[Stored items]
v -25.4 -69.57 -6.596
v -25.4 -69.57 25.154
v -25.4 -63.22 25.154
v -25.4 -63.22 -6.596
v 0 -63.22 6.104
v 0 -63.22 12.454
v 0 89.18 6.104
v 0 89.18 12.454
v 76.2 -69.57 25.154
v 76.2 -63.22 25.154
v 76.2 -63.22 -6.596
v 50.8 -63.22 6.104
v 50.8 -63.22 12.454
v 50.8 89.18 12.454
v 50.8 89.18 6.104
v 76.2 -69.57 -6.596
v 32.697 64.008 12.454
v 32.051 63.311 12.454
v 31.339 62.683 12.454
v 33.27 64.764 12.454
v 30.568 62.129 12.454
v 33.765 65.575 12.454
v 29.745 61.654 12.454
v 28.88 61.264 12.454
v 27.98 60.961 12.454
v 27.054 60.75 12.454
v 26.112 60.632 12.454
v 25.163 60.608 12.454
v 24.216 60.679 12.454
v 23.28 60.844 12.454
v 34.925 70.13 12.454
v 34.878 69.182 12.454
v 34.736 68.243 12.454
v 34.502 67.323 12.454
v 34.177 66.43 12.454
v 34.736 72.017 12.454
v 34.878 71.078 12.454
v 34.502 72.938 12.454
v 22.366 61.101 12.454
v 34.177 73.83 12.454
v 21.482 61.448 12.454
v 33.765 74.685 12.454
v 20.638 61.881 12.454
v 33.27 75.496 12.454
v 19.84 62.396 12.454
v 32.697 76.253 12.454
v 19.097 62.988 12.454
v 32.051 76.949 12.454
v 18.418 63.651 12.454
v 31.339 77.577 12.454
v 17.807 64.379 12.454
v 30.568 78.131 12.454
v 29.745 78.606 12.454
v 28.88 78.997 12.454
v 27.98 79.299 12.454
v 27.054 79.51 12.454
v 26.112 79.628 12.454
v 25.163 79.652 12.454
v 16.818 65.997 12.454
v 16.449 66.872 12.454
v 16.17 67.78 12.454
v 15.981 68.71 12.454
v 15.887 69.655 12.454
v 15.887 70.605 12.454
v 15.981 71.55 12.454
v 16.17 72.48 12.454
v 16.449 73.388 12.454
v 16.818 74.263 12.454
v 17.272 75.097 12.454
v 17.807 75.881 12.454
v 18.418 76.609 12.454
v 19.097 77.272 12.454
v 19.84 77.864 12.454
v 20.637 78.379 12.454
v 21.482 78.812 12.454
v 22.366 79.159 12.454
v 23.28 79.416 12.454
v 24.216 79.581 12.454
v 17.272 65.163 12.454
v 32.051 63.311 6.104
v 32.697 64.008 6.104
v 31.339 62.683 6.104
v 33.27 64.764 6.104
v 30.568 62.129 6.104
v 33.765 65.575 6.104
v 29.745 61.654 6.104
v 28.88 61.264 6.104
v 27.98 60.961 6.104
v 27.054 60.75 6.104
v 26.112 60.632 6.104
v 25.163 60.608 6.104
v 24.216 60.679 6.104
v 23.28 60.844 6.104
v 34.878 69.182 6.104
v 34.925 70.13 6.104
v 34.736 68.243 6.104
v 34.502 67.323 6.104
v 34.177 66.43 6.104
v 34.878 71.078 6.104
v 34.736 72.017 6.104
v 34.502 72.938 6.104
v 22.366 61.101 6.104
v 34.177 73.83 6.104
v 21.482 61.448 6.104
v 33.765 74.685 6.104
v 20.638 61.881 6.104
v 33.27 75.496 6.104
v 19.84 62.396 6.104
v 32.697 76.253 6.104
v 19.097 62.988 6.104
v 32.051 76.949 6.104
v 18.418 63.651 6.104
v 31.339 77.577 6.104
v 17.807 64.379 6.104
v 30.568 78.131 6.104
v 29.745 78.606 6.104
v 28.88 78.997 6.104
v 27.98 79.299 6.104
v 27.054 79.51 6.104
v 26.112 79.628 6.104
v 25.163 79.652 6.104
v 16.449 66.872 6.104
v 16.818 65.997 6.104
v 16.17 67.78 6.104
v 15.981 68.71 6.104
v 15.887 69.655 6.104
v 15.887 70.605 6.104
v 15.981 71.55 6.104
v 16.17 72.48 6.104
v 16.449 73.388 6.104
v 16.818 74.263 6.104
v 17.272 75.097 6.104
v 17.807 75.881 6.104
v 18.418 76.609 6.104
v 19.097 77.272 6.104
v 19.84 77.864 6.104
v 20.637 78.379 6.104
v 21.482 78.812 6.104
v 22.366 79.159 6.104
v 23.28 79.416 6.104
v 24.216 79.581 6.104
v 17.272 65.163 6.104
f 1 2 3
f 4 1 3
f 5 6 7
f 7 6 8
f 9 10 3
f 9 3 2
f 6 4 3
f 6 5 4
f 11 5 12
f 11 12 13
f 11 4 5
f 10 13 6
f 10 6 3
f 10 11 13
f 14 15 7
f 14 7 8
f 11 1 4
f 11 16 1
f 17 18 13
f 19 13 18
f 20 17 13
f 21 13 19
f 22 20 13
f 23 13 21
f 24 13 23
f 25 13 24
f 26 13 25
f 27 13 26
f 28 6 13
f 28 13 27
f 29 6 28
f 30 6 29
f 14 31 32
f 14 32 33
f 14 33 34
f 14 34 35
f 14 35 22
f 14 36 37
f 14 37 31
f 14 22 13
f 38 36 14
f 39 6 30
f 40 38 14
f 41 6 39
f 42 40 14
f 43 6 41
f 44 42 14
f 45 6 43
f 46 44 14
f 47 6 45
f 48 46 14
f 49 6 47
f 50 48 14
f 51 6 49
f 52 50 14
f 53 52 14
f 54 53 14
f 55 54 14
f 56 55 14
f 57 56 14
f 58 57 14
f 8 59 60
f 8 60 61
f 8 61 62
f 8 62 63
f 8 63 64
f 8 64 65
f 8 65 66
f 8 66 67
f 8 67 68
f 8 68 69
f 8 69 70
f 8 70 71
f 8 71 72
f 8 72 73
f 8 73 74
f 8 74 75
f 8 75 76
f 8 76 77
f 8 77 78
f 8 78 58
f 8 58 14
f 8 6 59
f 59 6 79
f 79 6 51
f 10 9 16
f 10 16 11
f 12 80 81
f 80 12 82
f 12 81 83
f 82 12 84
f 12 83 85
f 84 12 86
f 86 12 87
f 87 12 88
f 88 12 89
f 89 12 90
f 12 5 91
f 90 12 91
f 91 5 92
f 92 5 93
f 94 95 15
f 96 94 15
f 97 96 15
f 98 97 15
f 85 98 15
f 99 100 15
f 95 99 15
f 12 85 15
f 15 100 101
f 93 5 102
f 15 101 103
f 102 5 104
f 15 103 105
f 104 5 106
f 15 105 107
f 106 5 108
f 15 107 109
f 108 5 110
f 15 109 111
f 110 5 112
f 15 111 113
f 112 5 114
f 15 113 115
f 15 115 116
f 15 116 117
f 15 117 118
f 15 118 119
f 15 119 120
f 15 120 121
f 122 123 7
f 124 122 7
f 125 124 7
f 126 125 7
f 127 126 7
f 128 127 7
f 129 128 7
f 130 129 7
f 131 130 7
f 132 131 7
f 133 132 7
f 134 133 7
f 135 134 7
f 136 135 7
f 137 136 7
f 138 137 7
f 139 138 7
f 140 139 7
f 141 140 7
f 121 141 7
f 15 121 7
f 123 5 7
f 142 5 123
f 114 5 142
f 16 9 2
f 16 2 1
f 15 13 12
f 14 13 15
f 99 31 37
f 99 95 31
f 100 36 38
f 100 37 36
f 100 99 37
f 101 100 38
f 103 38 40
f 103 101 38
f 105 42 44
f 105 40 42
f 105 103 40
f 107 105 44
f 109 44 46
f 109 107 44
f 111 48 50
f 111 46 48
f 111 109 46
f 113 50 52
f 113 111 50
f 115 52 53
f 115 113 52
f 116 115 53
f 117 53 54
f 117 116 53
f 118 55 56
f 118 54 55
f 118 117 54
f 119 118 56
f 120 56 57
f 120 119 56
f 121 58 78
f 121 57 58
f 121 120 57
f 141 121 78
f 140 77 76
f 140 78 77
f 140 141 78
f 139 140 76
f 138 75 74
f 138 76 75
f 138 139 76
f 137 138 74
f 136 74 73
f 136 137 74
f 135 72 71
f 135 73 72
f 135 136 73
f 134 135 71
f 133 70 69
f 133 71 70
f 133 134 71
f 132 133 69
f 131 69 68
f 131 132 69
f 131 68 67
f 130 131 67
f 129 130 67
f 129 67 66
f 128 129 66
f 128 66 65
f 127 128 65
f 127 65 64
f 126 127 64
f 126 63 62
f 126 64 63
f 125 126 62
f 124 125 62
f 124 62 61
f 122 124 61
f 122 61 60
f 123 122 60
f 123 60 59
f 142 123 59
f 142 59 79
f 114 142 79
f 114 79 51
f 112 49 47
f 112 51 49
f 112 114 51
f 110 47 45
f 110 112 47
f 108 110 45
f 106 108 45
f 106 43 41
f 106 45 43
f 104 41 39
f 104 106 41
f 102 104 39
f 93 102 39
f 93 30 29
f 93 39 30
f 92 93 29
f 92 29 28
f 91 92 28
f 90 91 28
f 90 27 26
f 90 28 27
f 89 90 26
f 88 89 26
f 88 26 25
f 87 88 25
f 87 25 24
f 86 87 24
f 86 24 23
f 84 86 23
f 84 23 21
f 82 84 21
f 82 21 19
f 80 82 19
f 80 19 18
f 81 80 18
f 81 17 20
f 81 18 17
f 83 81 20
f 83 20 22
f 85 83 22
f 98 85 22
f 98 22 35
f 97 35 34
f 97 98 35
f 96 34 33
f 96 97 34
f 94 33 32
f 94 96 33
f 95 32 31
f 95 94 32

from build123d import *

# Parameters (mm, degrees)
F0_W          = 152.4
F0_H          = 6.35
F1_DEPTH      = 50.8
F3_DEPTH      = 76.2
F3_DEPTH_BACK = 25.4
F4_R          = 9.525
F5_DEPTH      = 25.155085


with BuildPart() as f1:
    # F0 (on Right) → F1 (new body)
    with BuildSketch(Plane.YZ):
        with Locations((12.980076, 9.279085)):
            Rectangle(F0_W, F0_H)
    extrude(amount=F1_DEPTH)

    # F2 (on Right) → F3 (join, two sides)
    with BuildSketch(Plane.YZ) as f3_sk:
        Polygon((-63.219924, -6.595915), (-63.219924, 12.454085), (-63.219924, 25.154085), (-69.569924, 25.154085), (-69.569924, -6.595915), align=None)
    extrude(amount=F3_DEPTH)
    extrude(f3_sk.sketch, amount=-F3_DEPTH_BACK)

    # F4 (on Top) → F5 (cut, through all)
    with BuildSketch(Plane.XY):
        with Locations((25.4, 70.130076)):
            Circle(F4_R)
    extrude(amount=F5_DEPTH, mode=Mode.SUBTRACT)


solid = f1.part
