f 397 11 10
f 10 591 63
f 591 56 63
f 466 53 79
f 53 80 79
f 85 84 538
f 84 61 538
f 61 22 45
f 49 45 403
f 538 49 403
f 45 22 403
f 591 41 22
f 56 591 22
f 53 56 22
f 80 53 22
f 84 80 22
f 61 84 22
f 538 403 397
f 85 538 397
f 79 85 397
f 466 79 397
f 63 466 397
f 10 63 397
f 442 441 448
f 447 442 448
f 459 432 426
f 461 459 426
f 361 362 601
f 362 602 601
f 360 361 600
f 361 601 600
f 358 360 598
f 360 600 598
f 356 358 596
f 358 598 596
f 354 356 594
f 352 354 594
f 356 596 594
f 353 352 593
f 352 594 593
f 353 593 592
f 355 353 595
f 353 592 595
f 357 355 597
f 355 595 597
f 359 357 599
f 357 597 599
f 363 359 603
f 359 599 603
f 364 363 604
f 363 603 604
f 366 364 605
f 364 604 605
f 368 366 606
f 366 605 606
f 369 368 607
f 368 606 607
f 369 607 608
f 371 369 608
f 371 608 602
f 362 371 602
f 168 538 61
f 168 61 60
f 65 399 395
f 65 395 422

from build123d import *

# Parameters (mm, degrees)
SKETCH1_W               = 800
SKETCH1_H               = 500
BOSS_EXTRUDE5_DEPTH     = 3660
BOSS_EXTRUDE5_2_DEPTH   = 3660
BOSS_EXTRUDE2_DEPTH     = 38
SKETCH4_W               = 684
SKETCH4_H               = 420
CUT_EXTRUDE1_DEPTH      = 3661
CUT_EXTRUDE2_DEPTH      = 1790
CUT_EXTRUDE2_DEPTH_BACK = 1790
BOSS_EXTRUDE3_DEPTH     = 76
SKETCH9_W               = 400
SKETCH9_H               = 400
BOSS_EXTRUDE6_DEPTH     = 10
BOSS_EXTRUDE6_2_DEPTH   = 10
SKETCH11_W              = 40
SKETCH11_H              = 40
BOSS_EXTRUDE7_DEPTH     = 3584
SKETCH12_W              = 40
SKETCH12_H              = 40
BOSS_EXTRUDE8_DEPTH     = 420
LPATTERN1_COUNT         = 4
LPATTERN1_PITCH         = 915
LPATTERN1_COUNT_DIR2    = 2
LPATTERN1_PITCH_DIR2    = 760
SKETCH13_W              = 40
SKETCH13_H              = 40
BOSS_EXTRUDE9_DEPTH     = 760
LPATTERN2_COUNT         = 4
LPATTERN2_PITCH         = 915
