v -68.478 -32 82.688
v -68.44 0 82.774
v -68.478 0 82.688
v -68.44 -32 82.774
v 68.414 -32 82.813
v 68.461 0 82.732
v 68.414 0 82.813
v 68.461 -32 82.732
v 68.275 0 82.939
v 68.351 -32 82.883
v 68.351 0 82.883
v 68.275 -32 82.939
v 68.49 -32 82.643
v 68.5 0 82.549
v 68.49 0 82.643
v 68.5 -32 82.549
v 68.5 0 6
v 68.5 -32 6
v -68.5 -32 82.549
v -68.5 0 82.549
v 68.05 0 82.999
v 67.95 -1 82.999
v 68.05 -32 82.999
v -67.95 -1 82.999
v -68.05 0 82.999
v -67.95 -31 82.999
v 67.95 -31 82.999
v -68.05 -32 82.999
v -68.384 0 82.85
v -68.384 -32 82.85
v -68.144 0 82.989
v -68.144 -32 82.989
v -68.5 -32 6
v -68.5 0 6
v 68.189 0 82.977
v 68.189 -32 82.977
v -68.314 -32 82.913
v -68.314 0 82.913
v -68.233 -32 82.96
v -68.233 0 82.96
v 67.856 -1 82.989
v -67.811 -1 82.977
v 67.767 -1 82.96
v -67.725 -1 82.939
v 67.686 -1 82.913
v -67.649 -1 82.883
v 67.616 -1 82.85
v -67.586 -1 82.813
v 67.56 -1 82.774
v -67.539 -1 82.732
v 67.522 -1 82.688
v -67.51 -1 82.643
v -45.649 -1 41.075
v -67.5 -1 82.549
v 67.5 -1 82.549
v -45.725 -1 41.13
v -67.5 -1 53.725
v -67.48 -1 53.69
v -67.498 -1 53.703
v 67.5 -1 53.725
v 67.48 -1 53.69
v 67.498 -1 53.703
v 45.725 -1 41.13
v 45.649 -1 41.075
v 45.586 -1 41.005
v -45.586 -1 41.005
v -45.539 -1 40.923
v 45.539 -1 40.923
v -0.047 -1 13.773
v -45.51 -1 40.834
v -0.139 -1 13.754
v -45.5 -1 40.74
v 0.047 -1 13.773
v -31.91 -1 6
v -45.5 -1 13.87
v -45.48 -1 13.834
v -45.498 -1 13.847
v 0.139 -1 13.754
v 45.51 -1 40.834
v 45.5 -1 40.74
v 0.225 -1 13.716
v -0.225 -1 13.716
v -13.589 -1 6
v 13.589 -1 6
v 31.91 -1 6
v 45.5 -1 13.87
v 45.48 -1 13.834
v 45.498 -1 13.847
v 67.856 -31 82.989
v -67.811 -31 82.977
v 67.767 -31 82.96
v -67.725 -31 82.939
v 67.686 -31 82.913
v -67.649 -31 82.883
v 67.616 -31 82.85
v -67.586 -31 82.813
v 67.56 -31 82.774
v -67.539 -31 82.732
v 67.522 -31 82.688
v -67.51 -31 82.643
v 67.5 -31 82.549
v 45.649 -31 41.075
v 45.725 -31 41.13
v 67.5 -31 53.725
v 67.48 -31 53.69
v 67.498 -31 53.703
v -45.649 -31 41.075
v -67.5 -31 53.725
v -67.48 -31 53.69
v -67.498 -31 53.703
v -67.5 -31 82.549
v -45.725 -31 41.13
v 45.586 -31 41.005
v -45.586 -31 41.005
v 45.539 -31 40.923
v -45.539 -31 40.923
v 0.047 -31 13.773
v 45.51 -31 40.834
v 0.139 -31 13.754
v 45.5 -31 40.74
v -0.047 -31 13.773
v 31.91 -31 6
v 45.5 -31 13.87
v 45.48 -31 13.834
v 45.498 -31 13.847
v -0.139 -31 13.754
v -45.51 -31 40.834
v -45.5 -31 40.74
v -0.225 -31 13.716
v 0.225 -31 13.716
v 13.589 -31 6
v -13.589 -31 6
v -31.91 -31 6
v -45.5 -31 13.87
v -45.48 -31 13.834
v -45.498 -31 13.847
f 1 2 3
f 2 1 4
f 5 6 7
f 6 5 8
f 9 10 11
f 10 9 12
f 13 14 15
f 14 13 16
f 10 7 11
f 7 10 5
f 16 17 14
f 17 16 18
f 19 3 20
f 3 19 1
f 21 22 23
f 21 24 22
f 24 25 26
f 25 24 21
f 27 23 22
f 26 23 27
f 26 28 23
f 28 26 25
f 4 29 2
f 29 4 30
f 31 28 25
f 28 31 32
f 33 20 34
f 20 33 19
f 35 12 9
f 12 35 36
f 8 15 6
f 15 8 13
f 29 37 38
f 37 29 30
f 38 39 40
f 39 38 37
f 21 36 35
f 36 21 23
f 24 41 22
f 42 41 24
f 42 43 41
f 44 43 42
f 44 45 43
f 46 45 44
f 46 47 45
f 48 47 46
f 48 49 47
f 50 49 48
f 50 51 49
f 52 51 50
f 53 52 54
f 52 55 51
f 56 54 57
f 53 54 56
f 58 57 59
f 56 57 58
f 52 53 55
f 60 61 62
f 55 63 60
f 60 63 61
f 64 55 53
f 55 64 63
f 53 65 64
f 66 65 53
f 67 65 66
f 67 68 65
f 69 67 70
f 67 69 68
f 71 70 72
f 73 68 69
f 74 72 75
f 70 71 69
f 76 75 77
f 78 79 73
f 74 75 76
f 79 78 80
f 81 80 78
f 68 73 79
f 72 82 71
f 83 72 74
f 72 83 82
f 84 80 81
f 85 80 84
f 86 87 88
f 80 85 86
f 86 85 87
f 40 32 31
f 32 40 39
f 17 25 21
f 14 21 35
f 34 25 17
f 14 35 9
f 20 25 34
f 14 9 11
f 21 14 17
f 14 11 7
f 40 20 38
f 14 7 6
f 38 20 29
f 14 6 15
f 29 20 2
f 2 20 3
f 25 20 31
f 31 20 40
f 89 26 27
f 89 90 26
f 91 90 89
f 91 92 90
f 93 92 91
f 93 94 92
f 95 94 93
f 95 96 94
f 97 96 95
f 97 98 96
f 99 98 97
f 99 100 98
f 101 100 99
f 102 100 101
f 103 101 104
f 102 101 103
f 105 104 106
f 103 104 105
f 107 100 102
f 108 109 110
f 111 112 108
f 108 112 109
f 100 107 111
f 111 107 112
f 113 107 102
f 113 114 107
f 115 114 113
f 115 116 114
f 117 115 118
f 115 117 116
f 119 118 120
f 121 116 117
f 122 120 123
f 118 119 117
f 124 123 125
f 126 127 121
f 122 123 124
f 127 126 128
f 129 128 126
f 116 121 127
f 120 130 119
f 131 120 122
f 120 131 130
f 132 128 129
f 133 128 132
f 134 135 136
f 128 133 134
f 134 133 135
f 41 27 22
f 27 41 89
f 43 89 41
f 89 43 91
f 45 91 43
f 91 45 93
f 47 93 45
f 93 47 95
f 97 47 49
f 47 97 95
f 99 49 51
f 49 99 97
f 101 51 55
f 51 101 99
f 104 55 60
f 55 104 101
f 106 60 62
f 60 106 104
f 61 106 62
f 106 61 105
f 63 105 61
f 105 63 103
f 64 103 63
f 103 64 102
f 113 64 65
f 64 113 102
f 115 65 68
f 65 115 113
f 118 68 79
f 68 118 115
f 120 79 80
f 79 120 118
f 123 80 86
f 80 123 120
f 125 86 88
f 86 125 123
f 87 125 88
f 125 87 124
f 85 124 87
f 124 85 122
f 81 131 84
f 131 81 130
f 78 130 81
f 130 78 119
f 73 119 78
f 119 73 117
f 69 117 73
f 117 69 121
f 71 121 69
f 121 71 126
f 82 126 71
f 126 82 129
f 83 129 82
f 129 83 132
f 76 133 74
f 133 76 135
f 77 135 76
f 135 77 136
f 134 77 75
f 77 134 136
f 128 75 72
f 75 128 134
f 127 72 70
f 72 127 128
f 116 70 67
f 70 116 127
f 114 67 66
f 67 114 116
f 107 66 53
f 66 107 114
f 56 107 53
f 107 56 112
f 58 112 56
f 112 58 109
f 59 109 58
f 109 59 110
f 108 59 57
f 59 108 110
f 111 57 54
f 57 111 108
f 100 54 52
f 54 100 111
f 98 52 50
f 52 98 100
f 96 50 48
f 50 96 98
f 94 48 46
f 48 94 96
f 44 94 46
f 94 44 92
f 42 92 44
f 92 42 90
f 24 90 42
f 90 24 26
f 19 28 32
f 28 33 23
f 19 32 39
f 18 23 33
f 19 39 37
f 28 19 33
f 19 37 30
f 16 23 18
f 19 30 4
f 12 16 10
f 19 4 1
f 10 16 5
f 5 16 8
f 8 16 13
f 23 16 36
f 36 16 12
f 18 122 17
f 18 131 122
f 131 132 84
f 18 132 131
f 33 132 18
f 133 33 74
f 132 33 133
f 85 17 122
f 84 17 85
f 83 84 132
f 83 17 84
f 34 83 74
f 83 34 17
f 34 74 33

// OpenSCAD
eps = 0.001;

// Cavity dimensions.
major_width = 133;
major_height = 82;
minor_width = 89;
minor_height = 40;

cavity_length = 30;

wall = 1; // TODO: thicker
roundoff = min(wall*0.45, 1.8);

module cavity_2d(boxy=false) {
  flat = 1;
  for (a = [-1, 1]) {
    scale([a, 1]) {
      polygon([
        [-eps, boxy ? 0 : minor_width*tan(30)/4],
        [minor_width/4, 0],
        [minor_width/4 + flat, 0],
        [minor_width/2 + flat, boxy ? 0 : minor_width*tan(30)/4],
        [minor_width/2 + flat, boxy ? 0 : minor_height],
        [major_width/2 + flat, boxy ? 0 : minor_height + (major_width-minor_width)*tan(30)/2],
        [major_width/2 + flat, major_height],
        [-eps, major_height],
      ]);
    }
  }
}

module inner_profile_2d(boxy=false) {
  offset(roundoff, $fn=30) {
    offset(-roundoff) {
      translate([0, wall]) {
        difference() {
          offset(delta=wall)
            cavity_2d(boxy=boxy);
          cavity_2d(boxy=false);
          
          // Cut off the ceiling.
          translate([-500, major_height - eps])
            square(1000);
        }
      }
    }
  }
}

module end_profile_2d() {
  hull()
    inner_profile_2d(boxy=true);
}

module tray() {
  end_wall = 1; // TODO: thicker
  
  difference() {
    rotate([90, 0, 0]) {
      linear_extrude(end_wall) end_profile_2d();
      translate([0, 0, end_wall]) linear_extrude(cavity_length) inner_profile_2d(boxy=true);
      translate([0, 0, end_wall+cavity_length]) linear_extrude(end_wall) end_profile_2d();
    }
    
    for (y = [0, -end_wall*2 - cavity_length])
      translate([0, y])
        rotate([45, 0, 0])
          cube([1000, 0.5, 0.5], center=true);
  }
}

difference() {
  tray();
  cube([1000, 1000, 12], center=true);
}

__TASK DIRECTIONS__:
Please transcribe the records exactly from their first line through the line holding "v 50.8 89.18 6.104", and leave out all others.

__SOLUTION BELOW__:
v -25.4 -69.57 -6.596
v -25.4 -69.57 25.154
v -25.4 -63.22 25.154
v -25.4 -63.22 -6.596
v 0 -63.22 6.104
v 0 -63.22 12.454
v 0 89.18 6.104
v 0 89.18 12.454
v 76.2 -69.57 25.154
v 76.2 -63.22 25.154
v 76.2 -63.22 -6.596
v 50.8 -63.22 6.104
v 50.8 -63.22 12.454
v 50.8 89.18 12.454
v 50.8 89.18 6.104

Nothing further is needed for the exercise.